(Exercise instructions)
Transcribe exactly the lines that fall between the one holding "v 26.147 4.147 0" and the one holding "v -24.1 -1.25 6.39", inclusive, from the entries below.

(Stored items from a collection)
====
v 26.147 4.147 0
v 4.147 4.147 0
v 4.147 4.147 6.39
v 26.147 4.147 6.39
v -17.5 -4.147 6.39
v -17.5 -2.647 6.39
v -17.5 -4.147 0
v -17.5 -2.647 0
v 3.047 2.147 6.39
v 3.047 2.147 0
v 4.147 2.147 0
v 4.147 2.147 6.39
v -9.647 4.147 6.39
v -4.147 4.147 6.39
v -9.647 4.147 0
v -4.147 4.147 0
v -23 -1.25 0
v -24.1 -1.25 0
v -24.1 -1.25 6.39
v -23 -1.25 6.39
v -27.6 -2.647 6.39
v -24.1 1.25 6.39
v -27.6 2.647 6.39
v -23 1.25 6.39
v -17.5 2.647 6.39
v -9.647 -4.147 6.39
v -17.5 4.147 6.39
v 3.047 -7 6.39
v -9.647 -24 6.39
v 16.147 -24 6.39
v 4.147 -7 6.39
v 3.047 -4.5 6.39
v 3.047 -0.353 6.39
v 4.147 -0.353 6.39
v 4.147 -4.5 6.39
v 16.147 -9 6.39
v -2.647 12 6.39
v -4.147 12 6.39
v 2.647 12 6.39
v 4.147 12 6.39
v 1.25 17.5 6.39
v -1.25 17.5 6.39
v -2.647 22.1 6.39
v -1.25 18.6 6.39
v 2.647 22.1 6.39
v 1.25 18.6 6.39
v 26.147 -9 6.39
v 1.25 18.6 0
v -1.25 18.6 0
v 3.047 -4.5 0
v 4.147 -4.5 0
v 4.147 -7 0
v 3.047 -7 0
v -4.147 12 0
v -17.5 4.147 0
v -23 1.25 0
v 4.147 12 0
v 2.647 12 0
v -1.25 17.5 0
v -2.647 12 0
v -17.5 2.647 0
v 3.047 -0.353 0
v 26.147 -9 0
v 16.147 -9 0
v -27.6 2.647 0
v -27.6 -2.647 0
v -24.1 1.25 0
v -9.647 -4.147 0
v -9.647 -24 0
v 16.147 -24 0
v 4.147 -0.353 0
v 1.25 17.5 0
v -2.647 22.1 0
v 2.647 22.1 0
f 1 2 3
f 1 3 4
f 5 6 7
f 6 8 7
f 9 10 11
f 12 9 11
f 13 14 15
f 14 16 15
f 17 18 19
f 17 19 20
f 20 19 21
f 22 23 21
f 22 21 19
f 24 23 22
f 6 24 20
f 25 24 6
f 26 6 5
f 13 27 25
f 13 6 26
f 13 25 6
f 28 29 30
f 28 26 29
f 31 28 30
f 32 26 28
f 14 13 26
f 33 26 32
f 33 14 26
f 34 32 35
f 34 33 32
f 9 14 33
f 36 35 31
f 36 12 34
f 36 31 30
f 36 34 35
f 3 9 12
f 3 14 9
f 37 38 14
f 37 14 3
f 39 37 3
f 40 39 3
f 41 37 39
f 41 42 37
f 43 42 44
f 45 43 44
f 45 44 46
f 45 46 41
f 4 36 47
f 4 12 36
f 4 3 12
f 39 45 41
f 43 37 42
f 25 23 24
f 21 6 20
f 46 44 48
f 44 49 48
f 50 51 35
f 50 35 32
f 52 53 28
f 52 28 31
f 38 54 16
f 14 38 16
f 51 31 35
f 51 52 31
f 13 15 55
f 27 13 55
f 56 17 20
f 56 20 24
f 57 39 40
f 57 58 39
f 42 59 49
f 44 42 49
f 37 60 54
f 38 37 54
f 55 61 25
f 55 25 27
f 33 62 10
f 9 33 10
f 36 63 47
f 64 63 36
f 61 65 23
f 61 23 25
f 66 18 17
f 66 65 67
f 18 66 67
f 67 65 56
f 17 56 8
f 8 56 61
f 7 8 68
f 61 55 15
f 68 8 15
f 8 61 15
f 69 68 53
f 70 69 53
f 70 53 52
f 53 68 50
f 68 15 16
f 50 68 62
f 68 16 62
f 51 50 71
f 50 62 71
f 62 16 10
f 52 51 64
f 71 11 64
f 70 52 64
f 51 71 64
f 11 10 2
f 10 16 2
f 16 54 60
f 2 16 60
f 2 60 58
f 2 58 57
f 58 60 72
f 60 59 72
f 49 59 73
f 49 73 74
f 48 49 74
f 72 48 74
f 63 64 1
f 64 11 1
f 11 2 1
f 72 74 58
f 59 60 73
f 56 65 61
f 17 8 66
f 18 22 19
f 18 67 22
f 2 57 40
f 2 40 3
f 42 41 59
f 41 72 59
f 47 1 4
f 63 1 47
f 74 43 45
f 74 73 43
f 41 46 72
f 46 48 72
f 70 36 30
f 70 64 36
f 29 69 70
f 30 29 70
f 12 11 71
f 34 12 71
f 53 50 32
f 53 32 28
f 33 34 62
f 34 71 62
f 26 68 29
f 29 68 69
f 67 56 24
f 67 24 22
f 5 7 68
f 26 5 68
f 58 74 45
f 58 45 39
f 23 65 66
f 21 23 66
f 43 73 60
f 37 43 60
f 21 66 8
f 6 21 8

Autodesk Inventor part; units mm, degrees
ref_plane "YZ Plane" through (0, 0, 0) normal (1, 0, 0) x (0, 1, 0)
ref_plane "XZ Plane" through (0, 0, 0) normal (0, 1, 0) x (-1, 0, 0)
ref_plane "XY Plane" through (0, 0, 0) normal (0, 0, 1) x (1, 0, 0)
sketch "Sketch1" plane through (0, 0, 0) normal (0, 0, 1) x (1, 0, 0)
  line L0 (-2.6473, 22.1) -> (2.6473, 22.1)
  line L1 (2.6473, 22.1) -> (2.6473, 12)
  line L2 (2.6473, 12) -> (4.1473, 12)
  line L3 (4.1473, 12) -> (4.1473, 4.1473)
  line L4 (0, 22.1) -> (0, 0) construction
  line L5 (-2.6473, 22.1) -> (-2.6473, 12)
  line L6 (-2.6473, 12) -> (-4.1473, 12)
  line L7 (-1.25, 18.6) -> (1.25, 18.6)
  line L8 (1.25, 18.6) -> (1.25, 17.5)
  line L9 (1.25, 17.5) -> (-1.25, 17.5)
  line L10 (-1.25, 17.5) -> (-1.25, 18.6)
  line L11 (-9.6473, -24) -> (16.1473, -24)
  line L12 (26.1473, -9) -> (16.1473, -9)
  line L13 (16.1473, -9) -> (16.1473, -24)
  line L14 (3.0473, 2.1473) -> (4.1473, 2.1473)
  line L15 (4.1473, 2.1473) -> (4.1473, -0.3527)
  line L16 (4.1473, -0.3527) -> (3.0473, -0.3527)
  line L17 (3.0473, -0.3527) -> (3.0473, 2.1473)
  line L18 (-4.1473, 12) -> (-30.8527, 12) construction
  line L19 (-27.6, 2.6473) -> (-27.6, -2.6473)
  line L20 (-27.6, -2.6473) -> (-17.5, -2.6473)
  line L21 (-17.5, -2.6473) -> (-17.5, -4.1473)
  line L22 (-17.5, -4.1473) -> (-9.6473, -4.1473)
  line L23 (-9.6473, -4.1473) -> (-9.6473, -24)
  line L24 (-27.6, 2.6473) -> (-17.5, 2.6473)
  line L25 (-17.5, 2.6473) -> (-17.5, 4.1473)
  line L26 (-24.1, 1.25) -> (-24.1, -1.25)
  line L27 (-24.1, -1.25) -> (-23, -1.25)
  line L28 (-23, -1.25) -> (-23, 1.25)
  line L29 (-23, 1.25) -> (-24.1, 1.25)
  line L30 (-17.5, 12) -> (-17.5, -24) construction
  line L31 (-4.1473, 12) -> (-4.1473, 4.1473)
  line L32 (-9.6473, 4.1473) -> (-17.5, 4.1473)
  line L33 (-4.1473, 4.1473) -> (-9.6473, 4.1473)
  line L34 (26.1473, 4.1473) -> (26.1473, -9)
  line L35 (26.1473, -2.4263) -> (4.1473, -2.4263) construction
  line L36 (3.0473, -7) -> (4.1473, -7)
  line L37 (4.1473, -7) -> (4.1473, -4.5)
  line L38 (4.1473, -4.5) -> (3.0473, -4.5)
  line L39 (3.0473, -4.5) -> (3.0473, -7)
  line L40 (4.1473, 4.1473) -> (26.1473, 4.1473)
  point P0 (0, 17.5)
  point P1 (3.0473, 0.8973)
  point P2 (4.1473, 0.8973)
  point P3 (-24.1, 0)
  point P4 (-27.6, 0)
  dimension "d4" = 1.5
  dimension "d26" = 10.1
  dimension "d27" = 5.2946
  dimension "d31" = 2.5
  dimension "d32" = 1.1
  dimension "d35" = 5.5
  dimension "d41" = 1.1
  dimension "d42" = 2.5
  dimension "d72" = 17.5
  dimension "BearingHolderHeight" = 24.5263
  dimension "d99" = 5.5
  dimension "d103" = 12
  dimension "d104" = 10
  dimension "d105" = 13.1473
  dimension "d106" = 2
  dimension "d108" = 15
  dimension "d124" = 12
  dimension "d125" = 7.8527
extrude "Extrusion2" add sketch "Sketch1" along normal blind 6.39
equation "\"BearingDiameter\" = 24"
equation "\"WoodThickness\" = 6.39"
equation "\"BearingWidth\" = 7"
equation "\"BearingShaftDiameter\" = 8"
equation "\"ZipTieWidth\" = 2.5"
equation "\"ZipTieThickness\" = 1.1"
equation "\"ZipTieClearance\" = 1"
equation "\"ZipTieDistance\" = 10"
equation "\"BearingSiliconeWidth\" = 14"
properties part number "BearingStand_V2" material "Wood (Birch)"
====
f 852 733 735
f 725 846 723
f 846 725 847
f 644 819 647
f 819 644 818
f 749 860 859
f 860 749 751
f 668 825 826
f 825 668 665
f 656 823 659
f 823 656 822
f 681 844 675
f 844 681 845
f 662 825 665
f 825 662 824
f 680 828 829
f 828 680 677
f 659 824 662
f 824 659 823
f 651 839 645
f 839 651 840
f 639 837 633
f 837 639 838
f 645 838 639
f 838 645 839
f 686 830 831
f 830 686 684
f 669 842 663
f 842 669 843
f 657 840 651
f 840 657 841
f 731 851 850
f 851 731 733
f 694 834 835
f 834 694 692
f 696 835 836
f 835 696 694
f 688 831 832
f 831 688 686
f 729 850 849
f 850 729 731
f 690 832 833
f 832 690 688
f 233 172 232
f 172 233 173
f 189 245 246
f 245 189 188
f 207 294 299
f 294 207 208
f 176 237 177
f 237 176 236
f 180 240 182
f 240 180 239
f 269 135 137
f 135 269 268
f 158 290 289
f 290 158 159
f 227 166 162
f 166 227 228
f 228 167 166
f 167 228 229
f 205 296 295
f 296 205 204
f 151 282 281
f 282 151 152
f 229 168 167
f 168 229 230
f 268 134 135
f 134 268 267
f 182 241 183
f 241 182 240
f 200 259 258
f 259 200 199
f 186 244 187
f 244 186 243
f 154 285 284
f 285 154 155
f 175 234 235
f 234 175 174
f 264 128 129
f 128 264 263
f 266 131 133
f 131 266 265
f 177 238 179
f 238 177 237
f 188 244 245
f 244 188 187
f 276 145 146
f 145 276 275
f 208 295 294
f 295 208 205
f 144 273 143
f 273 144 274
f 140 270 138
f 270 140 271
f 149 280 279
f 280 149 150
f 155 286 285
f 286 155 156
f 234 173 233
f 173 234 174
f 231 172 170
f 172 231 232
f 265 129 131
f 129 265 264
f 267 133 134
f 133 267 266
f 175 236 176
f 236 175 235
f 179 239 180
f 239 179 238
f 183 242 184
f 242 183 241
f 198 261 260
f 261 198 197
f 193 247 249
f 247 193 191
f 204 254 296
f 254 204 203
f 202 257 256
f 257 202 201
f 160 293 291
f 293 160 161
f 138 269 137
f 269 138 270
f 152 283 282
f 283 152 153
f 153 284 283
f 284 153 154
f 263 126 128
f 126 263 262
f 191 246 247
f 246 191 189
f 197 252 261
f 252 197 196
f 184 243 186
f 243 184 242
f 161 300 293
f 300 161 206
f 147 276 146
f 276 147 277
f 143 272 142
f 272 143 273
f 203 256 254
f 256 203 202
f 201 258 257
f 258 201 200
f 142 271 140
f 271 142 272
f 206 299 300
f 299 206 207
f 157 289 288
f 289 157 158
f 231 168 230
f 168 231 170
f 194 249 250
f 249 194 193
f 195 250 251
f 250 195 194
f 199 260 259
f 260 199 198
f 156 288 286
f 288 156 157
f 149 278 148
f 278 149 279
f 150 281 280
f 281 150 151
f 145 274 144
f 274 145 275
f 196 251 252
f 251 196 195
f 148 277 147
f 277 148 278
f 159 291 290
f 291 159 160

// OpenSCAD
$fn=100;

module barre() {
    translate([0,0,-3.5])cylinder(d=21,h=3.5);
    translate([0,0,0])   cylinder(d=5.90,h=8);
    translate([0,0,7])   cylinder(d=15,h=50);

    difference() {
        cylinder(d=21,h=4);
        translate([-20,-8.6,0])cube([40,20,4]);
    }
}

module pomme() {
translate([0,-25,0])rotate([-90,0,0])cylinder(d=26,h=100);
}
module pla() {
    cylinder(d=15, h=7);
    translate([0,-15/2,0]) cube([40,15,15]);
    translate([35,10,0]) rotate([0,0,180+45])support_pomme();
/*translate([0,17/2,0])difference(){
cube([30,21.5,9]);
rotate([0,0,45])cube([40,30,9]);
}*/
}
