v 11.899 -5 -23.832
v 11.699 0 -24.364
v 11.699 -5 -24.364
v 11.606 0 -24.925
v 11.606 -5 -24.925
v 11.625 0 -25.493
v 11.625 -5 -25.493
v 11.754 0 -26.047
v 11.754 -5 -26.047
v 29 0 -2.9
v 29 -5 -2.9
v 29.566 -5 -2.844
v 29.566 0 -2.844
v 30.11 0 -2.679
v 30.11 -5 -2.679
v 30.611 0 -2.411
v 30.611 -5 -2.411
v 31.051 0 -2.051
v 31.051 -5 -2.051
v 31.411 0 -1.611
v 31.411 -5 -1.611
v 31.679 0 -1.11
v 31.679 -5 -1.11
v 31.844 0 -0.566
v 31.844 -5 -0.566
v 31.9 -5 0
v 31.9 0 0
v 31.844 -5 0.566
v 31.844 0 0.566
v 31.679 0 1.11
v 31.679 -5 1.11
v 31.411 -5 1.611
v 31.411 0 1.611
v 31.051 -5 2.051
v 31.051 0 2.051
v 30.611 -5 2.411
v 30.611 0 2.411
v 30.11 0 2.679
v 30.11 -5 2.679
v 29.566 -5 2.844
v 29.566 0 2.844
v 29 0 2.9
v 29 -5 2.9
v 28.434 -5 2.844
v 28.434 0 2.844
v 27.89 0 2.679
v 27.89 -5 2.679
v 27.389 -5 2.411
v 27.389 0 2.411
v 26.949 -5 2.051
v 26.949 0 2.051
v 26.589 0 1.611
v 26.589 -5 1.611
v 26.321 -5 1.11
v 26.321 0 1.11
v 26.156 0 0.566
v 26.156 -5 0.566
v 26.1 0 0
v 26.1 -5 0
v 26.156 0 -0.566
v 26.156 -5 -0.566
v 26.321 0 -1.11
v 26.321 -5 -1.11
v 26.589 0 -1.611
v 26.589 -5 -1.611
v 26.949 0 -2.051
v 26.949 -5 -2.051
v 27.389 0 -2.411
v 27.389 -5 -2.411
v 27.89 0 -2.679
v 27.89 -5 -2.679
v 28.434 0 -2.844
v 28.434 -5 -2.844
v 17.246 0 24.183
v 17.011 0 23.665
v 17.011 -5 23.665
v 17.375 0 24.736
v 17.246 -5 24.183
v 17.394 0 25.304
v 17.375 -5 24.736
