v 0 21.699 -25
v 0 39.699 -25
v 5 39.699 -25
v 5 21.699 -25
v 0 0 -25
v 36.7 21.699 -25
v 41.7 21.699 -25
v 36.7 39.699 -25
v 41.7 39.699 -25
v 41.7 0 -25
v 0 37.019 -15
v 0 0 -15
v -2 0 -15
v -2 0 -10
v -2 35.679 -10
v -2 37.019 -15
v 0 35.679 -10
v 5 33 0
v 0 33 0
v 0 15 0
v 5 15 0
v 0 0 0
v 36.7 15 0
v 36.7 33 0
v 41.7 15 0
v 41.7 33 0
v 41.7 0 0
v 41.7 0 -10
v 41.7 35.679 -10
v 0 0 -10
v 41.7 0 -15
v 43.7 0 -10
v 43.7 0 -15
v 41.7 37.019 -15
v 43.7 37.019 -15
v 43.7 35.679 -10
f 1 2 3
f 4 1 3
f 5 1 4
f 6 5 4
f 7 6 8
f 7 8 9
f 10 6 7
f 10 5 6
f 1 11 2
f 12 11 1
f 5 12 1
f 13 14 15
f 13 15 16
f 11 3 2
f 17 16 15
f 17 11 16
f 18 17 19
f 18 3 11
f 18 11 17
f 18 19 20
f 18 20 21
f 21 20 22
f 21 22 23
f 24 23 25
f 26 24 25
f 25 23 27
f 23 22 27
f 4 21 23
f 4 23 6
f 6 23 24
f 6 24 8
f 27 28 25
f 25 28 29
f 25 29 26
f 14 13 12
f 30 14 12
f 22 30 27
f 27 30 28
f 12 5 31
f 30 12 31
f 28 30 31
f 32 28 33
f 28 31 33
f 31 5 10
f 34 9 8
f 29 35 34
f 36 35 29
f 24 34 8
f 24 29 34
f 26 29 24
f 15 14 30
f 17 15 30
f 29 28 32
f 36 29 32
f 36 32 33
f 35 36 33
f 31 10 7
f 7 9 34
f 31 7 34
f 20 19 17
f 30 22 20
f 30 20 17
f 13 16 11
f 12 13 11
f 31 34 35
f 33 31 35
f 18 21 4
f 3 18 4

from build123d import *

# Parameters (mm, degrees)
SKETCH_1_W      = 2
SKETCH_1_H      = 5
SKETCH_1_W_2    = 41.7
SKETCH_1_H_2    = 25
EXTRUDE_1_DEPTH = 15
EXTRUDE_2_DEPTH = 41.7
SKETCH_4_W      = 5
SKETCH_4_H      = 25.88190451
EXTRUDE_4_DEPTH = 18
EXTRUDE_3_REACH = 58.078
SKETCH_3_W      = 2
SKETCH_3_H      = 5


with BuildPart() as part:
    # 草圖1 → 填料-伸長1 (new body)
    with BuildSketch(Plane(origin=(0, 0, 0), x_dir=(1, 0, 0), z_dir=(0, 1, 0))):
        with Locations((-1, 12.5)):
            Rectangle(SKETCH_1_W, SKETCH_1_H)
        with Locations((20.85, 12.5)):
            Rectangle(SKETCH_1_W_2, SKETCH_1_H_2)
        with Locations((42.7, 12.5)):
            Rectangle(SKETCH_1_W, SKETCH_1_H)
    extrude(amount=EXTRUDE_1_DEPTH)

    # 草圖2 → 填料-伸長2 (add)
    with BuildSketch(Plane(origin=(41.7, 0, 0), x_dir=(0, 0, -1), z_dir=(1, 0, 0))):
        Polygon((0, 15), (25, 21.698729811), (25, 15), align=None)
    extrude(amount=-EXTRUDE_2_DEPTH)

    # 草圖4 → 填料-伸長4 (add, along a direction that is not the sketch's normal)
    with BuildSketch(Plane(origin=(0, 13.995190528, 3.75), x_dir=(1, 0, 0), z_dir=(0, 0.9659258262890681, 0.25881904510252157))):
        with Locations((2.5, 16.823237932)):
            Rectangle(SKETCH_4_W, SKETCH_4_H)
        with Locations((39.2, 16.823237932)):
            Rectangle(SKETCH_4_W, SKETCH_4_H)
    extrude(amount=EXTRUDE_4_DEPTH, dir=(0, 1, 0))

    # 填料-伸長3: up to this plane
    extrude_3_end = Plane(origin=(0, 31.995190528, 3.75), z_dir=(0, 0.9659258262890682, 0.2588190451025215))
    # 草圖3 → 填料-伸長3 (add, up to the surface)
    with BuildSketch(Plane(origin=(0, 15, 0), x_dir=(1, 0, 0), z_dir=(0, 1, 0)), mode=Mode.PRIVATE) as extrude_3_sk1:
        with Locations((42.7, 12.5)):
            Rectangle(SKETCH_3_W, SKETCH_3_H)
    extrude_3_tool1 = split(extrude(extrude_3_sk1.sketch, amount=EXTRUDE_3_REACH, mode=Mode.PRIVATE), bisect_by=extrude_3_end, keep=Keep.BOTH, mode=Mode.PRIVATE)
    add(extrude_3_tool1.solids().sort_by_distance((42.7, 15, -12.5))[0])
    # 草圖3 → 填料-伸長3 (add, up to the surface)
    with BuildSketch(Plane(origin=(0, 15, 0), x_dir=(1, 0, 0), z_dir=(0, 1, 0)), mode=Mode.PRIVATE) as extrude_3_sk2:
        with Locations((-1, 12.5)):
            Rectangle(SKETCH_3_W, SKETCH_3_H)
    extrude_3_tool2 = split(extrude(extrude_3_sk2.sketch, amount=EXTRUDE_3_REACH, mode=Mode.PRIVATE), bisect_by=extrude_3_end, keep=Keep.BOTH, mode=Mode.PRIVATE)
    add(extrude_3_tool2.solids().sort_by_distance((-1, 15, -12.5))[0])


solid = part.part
====
(Solution below)
v 26.147 4.147 0
v 4.147 4.147 0
v 4.147 4.147 6.39
v 26.147 4.147 6.39
v -17.5 -4.147 6.39
v -17.5 -2.647 6.39
v -17.5 -4.147 0
v -17.5 -2.647 0
v 3.047 2.147 6.39
v 3.047 2.147 0
v 4.147 2.147 0
v 4.147 2.147 6.39
v -9.647 4.147 6.39
v -4.147 4.147 6.39
v -9.647 4.147 0
v -4.147 4.147 0
v -23 -1.25 0
v -24.1 -1.25 0
v -24.1 -1.25 6.39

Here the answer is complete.